Posted on 06/12/2012 6:21:48 AM PDT by upchuck

In the ‘you-can’t-make-up-this-stuff’ category, the Bill and Melinda Gates Foundation is spending about $1.1 million to develop a way to physiologically measure how engaged students are by their teachers’ lessons. This involves “galvanic skin response” bracelets that kids would wear so their engagement levels could be measured.

If this tells us anything, it is that the obsession with measurement and data in school reform has reached new nutty heights. Here’s the description of the $498,055 grant to Clemson University that was awarded in November (but that just recently became widely known by Susan Ohanian and Diane Ravitch):

Purpose: to work with members of the Measuring Effective Teachers (MET) team to measure engagement physiologically with Galvanic Skin Response (GSR) bracelets which will determine the feasibility and utility of using such devices regularly in schools with students and teachers.
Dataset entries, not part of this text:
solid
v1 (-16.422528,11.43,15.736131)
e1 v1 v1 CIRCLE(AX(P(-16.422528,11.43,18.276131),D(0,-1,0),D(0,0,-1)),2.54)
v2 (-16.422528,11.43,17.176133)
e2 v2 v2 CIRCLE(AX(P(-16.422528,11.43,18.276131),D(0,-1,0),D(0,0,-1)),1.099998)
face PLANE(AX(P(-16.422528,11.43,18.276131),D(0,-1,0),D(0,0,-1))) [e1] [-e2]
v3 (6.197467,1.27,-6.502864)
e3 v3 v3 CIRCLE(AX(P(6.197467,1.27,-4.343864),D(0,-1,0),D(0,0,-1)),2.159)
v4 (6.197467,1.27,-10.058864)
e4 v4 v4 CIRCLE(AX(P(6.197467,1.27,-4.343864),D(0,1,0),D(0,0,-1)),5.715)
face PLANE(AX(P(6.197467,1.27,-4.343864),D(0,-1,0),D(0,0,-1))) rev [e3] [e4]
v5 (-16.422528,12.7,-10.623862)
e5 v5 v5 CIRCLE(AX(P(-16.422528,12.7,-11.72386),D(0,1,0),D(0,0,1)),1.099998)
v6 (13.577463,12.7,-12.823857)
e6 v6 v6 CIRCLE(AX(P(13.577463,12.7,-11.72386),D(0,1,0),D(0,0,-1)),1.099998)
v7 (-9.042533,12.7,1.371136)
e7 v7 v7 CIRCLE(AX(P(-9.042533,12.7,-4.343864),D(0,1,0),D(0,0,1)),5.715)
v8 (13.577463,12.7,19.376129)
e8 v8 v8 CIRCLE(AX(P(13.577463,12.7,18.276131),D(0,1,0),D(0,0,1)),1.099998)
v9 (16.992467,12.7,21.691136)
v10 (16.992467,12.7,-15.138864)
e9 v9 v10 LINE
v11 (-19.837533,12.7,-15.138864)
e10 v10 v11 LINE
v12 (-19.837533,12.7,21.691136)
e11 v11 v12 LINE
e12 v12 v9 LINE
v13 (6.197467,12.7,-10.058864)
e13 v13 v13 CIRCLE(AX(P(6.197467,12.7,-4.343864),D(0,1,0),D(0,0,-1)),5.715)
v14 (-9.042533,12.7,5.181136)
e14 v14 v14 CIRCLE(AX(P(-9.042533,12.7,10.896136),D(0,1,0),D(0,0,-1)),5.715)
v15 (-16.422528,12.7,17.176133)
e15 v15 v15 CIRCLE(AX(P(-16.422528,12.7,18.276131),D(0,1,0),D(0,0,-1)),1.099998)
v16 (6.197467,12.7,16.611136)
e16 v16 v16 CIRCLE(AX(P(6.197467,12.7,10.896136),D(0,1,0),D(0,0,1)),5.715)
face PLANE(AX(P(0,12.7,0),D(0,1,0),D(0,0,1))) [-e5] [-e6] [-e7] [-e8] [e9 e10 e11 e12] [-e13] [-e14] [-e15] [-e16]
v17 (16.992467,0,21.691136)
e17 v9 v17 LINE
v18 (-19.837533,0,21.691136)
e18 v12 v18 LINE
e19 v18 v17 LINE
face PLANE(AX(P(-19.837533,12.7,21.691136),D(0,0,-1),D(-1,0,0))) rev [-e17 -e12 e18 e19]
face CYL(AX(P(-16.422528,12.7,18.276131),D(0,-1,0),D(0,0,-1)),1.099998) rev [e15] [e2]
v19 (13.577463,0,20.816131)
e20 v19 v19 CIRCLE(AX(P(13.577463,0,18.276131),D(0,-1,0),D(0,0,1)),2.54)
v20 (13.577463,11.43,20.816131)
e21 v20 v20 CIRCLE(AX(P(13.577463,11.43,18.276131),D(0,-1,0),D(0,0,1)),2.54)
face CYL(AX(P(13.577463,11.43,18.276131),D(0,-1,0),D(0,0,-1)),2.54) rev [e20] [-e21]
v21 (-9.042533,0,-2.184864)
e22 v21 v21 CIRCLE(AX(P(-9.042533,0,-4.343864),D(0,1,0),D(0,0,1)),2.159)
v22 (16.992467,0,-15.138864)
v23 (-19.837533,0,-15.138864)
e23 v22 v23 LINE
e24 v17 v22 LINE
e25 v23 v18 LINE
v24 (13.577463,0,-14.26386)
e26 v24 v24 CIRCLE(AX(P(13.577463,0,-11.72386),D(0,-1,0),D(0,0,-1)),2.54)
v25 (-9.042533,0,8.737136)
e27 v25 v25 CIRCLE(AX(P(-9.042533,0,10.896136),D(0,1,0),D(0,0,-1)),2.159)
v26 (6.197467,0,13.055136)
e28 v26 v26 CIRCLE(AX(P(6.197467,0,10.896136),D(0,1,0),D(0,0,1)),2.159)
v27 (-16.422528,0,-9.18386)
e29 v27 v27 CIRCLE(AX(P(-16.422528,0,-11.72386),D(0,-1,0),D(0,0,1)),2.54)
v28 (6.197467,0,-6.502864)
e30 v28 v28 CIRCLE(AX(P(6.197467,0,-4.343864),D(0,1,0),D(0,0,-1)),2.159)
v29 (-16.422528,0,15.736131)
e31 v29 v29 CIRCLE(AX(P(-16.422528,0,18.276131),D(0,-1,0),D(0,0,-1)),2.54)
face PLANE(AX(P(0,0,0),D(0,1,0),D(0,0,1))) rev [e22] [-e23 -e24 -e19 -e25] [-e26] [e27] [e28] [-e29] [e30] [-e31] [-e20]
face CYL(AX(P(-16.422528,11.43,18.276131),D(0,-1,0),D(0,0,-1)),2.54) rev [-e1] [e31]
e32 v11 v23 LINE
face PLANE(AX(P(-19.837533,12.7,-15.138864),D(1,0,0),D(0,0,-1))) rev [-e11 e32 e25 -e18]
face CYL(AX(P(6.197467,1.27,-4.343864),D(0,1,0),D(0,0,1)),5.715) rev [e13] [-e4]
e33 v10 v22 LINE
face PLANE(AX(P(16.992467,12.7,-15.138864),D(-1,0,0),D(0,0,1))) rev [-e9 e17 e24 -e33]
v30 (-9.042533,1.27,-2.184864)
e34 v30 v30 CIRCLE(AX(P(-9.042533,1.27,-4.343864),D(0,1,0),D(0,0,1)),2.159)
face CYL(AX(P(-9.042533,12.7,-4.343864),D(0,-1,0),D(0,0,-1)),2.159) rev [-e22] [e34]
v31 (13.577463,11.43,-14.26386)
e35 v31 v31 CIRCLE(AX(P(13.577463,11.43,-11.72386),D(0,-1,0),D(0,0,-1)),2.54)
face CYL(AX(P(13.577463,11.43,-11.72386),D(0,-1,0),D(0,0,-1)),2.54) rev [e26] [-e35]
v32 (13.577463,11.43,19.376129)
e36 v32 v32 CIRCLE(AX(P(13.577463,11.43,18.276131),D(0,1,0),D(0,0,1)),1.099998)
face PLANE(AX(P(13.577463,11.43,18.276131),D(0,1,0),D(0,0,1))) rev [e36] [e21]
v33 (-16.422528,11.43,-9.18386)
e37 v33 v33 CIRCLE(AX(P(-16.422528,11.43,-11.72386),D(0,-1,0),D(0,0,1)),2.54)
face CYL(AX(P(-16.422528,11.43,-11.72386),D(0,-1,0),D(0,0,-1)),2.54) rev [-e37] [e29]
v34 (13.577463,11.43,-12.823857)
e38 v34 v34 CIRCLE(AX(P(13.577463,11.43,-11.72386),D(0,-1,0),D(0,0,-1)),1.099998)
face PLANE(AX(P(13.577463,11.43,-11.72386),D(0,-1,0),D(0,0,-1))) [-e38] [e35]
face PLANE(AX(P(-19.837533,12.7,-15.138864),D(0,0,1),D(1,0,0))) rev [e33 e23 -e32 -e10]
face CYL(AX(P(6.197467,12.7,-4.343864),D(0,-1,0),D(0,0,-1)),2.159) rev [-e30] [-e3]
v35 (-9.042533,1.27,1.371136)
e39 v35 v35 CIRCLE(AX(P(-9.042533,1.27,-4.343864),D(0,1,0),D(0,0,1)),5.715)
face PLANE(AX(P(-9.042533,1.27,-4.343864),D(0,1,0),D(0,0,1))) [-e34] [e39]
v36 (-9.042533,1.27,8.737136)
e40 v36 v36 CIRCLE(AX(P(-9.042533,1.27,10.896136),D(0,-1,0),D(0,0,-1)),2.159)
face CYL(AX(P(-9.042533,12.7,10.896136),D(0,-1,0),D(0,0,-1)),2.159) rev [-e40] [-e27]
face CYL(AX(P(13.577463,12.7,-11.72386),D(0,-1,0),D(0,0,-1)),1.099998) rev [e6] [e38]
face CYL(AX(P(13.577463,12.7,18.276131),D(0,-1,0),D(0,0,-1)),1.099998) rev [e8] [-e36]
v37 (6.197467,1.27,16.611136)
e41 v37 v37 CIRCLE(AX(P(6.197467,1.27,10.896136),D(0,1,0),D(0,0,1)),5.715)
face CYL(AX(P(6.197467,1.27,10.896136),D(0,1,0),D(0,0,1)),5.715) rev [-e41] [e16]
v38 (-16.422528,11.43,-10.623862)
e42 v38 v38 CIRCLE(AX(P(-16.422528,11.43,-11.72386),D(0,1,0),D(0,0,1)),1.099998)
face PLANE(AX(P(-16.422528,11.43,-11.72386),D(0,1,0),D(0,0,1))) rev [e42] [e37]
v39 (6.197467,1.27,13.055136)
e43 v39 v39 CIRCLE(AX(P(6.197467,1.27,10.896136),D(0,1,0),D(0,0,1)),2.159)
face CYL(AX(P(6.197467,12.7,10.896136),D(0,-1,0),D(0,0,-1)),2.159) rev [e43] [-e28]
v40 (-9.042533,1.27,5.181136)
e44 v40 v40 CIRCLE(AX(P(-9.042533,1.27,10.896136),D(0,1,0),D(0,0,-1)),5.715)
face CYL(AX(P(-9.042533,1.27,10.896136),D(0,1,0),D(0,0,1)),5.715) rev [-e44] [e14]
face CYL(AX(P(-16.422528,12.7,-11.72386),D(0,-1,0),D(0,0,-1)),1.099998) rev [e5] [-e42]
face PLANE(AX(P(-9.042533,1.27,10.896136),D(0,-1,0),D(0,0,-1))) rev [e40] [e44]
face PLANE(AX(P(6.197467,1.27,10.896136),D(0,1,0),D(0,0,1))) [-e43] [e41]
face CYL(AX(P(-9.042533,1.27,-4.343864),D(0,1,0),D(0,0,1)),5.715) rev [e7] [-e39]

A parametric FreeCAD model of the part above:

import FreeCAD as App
import Part
import Sketcher
from FreeCAD import Vector
Q = App.Units.Quantity

doc = App.newDocument("Part")
params = doc.addObject("Spreadsheet::Sheet", "Params")
for row, (alias, value) in enumerate([
    ("sketch1_diameter", "0.17 in"),
    ("sketch1_width", "1.45 in"),
    ("pad1_length", "0.5 in"),
    ("sketch2_diameter", "0.45 in"),
    ("pocket1_length", "0.45 in"),
    ("sketch3_diameter", "0.2 in"),
    ("pocket2_length", "0.45 in"),
], start=1):
    params.set(f"A{row}", alias)
    params.set(f"B{row}", "=" + value)
    params.setAlias(f"B{row}", alias)

body = doc.addObject("PartDesign::Body", "Body")

# Sketch on XZ plane
sketch1 = body.newObject("Sketcher::SketchObject", "Sketch")
sketch1.AttachmentSupport = (doc.getObject("XZ_Plane"), [""])
sketch1.MapMode = "FlatFace"
sketch1.addGeometry(Part.LineSegment(Vector(-19.837533, -15.138864, 0), Vector(-19.837533, 21.691136, 0)), False)
sketch1.addGeometry(Part.LineSegment(Vector(-19.837533, 21.691136, 0), Vector(16.992467, 21.691136, 0)), False)
sketch1.addGeometry(Part.LineSegment(Vector(16.992467, 21.691136, 0), Vector(16.992467, -15.138864, 0)), False)
sketch1.addGeometry(Part.LineSegment(Vector(16.992467, -15.138864, 0), Vector(-19.837533, -15.138864, 0)), False)
sketch1.addGeometry(Part.Circle(Vector(-16.422528, 18.276131, 0), Vector(0, 0, 1), 1.099998), False)
sketch1.addGeometry(Part.Circle(Vector(-9.042533, 10.896136, 0), Vector(0, 0, 1), 2.159), False)
sketch1.addGeometry(Part.Circle(Vector(13.577463, 18.276131, 0), Vector(0, 0, 1), 1.099998), False)
sketch1.addGeometry(Part.Circle(Vector(6.197467, 10.896136, 0), Vector(0, 0, 1), 2.159), False)
sketch1.addGeometry(Part.Circle(Vector(-9.042533, -4.343864, 0), Vector(0, 0, 1), 2.159), False)
sketch1.addGeometry(Part.Circle(Vector(-16.422528, -11.72386, 0), Vector(0, 0, 1), 1.099998), False)
sketch1.addGeometry(Part.Circle(Vector(6.197467, -4.343864, 0), Vector(0, 0, 1), 2.159), False)
sketch1.addGeometry(Part.Circle(Vector(13.577463, -11.72386, 0), Vector(0, 0, 1), 1.099998), False)
sketch1.addConstraint(Sketcher.Constraint("Coincident", 0, 2, 1, 1))
sketch1.addConstraint(Sketcher.Constraint("Coincident", 1, 2, 2, 1))
sketch1.addConstraint(Sketcher.Constraint("Coincident", 2, 2, 3, 1))
sketch1.addConstraint(Sketcher.Constraint("Coincident", 3, 2, 0, 1))
sketch1.addConstraint(Sketcher.Constraint("Vertical", 0))
sketch1.addConstraint(Sketcher.Constraint("Horizontal", 1))
sketch1.addConstraint(Sketcher.Constraint("Vertical", 2))
sketch1.addConstraint(Sketcher.Constraint("Horizontal", 3))
sketch1.addConstraint(Sketcher.Constraint("Equal", 4, 6))
sketch1.addConstraint(Sketcher.Constraint("Equal", 5, 7))
sketch1.addConstraint(Sketcher.Constraint("Equal", 7, 8))
sketch1.addConstraint(Sketcher.Constraint("Equal", 6, 9))
sketch1.addConstraint(Sketcher.Constraint("Equal", 8, 10))
sketch1.addConstraint(Sketcher.Constraint("Equal", 9, 11))
sketch1.addConstraint(Sketcher.Constraint("Horizontal", 4, 3, 6, 3))
sketch1.addConstraint(Sketcher.Constraint("Horizontal", 5, 3, 7, 3))
sketch1.addConstraint(Sketcher.Constraint("Horizontal", 8, 3, 10, 3))
sketch1.addConstraint(Sketcher.Constraint("Horizontal", 9, 3, 11, 3))
sketch1.addConstraint(Sketcher.Constraint("Vertical", 5, 3, 8, 3))
sketch1.addConstraint(Sketcher.Constraint("Vertical", 4, 3, 9, 3))
sketch1.addConstraint(Sketcher.Constraint("Vertical", 7, 3, 10, 3))
sketch1.addConstraint(Sketcher.Constraint("Vertical", 6, 3, 11, 3))
sketch1.addConstraint(Sketcher.Constraint("Equal", 3, 0))
sketch1.addConstraint(Sketcher.Constraint("Diameter", 5, Q("0.17 in")))
sketch1.addConstraint(Sketcher.Constraint("DistanceX", 1, 1, 1, 2, Q("1.45 in")))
And here’s the description of the $621,265 grant given at the same time to the National Center on Time and Learning:

Purpose: to measure engagement physiologically with Functional Magnetic Resonance Imaging and Galvanic Skin Response to determine correlations between each measure and develop a scale that differentiates different degrees or levels of engagement.

That’s more than $1.1 million that could have been spent on things that schools actually need, such as books, teachers, librarians, etc.

[...]

How, Ravitch asks, would the bracelet tell if a student is responding to a teacher and not to something his friend whispers in his ear?

That’s just one of the questions that come to mind about this enterprise, including this one: Why would anybody spent money on this when some school systems can’t afford to pay their electric bills?

(Excerpt) Read more at washingtonpost.com ...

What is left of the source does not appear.